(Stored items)
Start of Block
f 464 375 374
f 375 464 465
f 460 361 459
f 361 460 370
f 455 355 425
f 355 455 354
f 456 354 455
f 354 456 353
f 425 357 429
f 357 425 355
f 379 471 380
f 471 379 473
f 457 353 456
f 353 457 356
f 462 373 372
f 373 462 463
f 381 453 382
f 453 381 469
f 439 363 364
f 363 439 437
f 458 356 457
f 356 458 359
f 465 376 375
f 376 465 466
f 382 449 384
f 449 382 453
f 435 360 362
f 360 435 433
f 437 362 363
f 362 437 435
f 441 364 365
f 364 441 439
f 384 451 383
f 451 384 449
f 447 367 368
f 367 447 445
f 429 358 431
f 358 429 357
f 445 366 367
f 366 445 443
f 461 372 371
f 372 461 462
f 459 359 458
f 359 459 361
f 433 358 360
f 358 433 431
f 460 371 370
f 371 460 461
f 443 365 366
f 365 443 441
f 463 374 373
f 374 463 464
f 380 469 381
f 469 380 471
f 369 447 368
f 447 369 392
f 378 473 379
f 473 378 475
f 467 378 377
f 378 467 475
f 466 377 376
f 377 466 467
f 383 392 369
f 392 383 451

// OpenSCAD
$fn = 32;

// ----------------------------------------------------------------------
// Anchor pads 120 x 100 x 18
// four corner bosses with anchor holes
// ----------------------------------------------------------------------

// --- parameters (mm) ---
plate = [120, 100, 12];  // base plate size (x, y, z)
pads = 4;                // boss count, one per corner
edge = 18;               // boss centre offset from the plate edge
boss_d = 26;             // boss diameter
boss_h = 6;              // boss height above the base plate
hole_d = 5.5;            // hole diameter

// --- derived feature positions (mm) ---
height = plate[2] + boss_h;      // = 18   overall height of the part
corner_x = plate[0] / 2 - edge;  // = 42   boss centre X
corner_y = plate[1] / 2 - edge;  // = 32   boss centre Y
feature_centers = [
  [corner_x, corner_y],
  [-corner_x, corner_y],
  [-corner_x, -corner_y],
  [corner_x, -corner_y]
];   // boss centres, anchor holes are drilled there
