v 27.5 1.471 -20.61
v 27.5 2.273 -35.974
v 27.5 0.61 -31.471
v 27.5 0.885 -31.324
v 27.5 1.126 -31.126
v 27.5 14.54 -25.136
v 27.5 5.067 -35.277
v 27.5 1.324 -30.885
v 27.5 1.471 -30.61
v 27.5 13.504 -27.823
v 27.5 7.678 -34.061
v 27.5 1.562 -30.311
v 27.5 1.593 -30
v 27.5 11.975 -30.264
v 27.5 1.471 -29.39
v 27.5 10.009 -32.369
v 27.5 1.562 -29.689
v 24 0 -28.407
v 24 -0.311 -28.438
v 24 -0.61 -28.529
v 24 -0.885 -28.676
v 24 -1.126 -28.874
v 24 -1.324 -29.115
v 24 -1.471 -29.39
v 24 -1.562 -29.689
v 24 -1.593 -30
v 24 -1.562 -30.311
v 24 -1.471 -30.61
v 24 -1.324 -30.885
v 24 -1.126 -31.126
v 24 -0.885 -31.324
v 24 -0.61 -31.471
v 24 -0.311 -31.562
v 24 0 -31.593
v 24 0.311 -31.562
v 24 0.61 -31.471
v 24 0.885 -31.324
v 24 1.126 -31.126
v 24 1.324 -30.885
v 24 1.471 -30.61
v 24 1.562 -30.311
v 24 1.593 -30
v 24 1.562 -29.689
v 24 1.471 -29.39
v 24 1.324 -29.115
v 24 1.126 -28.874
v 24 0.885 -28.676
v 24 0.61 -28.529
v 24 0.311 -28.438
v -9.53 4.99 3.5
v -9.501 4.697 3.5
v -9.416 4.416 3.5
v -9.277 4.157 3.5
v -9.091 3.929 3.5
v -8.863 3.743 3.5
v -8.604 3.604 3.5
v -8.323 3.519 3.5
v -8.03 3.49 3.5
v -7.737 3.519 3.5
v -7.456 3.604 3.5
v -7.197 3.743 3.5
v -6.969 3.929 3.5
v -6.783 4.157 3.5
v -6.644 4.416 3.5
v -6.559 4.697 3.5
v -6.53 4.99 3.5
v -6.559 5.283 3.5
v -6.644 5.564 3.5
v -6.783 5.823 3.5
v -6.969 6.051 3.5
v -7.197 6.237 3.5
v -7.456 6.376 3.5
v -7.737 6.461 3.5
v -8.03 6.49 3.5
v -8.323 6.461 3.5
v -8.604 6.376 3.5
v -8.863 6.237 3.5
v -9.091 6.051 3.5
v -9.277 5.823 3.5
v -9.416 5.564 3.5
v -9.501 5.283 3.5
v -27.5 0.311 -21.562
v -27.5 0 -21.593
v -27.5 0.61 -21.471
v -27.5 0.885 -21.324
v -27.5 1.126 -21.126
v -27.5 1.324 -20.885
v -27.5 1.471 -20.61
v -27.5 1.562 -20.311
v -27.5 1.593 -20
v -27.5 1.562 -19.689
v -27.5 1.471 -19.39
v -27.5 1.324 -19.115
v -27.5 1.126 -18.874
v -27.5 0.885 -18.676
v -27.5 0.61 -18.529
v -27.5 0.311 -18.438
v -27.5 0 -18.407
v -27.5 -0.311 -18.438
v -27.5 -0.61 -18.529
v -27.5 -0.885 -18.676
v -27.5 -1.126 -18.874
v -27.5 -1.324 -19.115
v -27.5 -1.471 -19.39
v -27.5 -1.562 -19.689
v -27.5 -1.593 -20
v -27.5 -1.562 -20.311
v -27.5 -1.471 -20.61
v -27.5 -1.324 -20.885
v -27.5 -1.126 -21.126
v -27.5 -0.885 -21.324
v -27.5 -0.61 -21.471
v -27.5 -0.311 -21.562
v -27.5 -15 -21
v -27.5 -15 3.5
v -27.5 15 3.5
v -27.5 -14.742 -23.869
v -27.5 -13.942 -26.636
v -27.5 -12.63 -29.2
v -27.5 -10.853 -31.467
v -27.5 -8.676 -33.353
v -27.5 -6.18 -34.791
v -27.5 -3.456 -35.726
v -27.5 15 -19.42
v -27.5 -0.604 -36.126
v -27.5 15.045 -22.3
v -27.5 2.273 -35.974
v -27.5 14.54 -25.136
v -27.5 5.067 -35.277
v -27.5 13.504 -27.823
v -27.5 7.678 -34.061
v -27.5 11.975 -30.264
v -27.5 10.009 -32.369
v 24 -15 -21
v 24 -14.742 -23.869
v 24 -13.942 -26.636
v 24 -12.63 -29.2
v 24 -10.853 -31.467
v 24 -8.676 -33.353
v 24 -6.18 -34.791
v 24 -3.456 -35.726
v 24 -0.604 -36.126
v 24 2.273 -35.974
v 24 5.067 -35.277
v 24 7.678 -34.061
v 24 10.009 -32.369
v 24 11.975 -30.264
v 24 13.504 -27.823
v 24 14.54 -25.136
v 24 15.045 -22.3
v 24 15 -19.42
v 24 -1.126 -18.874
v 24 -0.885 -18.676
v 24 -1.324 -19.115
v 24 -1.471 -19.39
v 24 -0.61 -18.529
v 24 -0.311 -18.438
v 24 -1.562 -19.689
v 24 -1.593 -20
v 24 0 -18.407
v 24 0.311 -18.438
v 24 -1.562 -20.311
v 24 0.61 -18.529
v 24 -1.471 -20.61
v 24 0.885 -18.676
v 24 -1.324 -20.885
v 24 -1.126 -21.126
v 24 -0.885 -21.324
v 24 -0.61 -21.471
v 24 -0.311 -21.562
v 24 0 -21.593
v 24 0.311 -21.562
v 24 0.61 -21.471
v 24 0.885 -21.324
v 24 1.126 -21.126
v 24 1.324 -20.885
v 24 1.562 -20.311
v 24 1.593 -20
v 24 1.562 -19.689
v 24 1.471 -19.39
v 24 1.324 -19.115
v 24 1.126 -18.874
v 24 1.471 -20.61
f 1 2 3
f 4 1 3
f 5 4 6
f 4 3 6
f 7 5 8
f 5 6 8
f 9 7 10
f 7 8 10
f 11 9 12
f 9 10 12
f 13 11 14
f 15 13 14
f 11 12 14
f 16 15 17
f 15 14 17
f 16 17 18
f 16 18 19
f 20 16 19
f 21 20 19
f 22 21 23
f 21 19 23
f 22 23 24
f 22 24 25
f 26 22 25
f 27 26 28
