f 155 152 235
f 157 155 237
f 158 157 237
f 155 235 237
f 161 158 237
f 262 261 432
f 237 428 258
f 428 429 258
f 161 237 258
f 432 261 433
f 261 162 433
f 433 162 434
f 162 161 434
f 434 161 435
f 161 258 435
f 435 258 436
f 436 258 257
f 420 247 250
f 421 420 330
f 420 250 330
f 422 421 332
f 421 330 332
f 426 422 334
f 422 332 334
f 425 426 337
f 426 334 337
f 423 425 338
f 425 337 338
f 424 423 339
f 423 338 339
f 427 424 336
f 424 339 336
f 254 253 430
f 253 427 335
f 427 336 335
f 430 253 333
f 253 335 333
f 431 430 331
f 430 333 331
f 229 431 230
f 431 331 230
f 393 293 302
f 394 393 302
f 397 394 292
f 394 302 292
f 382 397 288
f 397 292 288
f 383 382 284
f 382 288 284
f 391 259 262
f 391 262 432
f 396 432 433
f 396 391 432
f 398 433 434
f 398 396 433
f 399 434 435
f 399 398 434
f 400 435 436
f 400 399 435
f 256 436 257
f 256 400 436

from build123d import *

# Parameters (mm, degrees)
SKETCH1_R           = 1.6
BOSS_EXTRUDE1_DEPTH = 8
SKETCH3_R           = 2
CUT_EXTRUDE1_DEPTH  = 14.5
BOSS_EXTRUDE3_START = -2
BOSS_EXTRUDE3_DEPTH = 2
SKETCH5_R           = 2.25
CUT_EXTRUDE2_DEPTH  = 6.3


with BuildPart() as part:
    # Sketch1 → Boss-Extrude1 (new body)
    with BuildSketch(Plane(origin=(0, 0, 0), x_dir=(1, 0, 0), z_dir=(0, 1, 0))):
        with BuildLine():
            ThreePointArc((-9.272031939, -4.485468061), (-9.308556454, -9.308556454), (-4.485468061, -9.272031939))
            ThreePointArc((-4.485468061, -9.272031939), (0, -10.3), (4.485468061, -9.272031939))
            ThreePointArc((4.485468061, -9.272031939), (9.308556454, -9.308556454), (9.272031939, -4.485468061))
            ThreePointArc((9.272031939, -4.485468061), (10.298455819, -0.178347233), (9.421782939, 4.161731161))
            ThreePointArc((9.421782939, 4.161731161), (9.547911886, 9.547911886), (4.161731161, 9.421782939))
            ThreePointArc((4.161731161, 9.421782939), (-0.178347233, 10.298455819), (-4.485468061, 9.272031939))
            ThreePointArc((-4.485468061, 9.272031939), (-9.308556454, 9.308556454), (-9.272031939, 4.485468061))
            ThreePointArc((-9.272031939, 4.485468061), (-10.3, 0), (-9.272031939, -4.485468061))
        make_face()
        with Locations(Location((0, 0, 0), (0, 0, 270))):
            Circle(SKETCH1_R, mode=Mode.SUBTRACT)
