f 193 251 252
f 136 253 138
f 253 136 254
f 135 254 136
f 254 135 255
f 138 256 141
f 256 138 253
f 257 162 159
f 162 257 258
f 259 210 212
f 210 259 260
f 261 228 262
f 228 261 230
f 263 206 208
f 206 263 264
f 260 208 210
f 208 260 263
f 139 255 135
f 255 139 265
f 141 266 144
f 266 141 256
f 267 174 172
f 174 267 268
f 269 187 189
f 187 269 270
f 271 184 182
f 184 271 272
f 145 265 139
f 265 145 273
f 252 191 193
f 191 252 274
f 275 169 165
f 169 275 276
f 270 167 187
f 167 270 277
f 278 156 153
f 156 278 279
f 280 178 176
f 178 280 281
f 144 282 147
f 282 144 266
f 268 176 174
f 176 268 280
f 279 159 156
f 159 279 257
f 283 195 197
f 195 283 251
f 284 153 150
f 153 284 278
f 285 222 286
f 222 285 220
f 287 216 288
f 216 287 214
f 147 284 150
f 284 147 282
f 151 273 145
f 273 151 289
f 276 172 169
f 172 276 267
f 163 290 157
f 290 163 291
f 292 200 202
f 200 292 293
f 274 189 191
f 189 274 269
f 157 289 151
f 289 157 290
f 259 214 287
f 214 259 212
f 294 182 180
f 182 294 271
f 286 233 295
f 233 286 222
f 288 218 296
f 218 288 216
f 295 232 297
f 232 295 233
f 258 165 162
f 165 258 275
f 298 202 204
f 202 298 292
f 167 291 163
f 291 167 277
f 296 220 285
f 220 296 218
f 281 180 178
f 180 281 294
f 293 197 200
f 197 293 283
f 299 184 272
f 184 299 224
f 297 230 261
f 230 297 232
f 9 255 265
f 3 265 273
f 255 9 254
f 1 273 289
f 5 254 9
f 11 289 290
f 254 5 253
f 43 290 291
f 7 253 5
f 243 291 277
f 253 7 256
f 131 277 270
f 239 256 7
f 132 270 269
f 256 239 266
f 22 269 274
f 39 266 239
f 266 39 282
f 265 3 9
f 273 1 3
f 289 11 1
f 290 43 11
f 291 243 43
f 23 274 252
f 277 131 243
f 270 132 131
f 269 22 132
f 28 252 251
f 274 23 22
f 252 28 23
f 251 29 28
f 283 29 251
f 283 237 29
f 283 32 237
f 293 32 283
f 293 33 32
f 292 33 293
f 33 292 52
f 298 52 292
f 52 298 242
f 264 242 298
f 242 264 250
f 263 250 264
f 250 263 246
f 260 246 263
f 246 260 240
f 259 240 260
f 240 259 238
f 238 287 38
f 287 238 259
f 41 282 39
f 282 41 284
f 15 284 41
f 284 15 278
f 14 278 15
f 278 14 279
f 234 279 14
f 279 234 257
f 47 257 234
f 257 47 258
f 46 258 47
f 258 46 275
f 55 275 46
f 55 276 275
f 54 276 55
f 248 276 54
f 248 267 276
End of Block
*WORK REQUEST*. Above are records; repeat only the lines starting at the line with "v 24 -1.471 -29.39" and ending at the line with "v -27.5 15 3.5", exactly as they appear, both included.

*YOUR RESPONSE*.
v 24 -1.471 -29.39
v 24 -1.562 -29.689
v 24 -1.593 -30
v 24 -1.562 -30.311
v 24 -1.471 -30.61
v 24 -1.324 -30.885
v 24 -1.126 -31.126
v 24 -0.885 -31.324
v 24 -0.61 -31.471
v 24 -0.311 -31.562
v 24 0 -31.593
v 24 0.311 -31.562
v 24 0.61 -31.471
v 24 0.885 -31.324
v 24 1.126 -31.126
v 24 1.324 -30.885
v 24 1.471 -30.61
v 24 1.562 -30.311
v 24 1.593 -30
v 24 1.562 -29.689
v 24 1.471 -29.39
v 24 1.324 -29.115
v 24 1.126 -28.874
v 24 0.885 -28.676
v 24 0.61 -28.529
v 24 0.311 -28.438
v -9.53 4.99 3.5
v -9.501 4.697 3.5
v -9.416 4.416 3.5
v -9.277 4.157 3.5
v -9.091 3.929 3.5
v -8.863 3.743 3.5
v -8.604 3.604 3.5
v -8.323 3.519 3.5
v -8.03 3.49 3.5
v -7.737 3.519 3.5
v -7.456 3.604 3.5
v -7.197 3.743 3.5
v -6.969 3.929 3.5
v -6.783 4.157 3.5
v -6.644 4.416 3.5
v -6.559 4.697 3.5
v -6.53 4.99 3.5
v -6.559 5.283 3.5
v -6.644 5.564 3.5
v -6.783 5.823 3.5
v -6.969 6.051 3.5
v -7.197 6.237 3.5
v -7.456 6.376 3.5
v -7.737 6.461 3.5
v -8.03 6.49 3.5
v -8.323 6.461 3.5
v -8.604 6.376 3.5
v -8.863 6.237 3.5
v -9.091 6.051 3.5
v -9.277 5.823 3.5
v -9.416 5.564 3.5
v -9.501 5.283 3.5
v -27.5 0.311 -21.562
v -27.5 0 -21.593
v -27.5 0.61 -21.471
v -27.5 0.885 -21.324
v -27.5 1.126 -21.126
v -27.5 1.324 -20.885
v -27.5 1.471 -20.61
v -27.5 1.562 -20.311
v -27.5 1.593 -20
v -27.5 1.562 -19.689
v -27.5 1.471 -19.39
v -27.5 1.324 -19.115
v -27.5 1.126 -18.874
v -27.5 0.885 -18.676
v -27.5 0.61 -18.529
v -27.5 0.311 -18.438
v -27.5 0 -18.407
v -27.5 -0.311 -18.438
v -27.5 -0.61 -18.529
v -27.5 -0.885 -18.676
v -27.5 -1.126 -18.874
v -27.5 -1.324 -19.115
v -27.5 -1.471 -19.39
v -27.5 -1.562 -19.689
v -27.5 -1.593 -20
v -27.5 -1.562 -20.311
v -27.5 -1.471 -20.61
v -27.5 -1.324 -20.885
v -27.5 -1.126 -21.126
v -27.5 -0.885 -21.324
v -27.5 -0.61 -21.471
v -27.5 -0.311 -21.562
v -27.5 -15 -21
v -27.5 -15 3.5
v -27.5 15 3.5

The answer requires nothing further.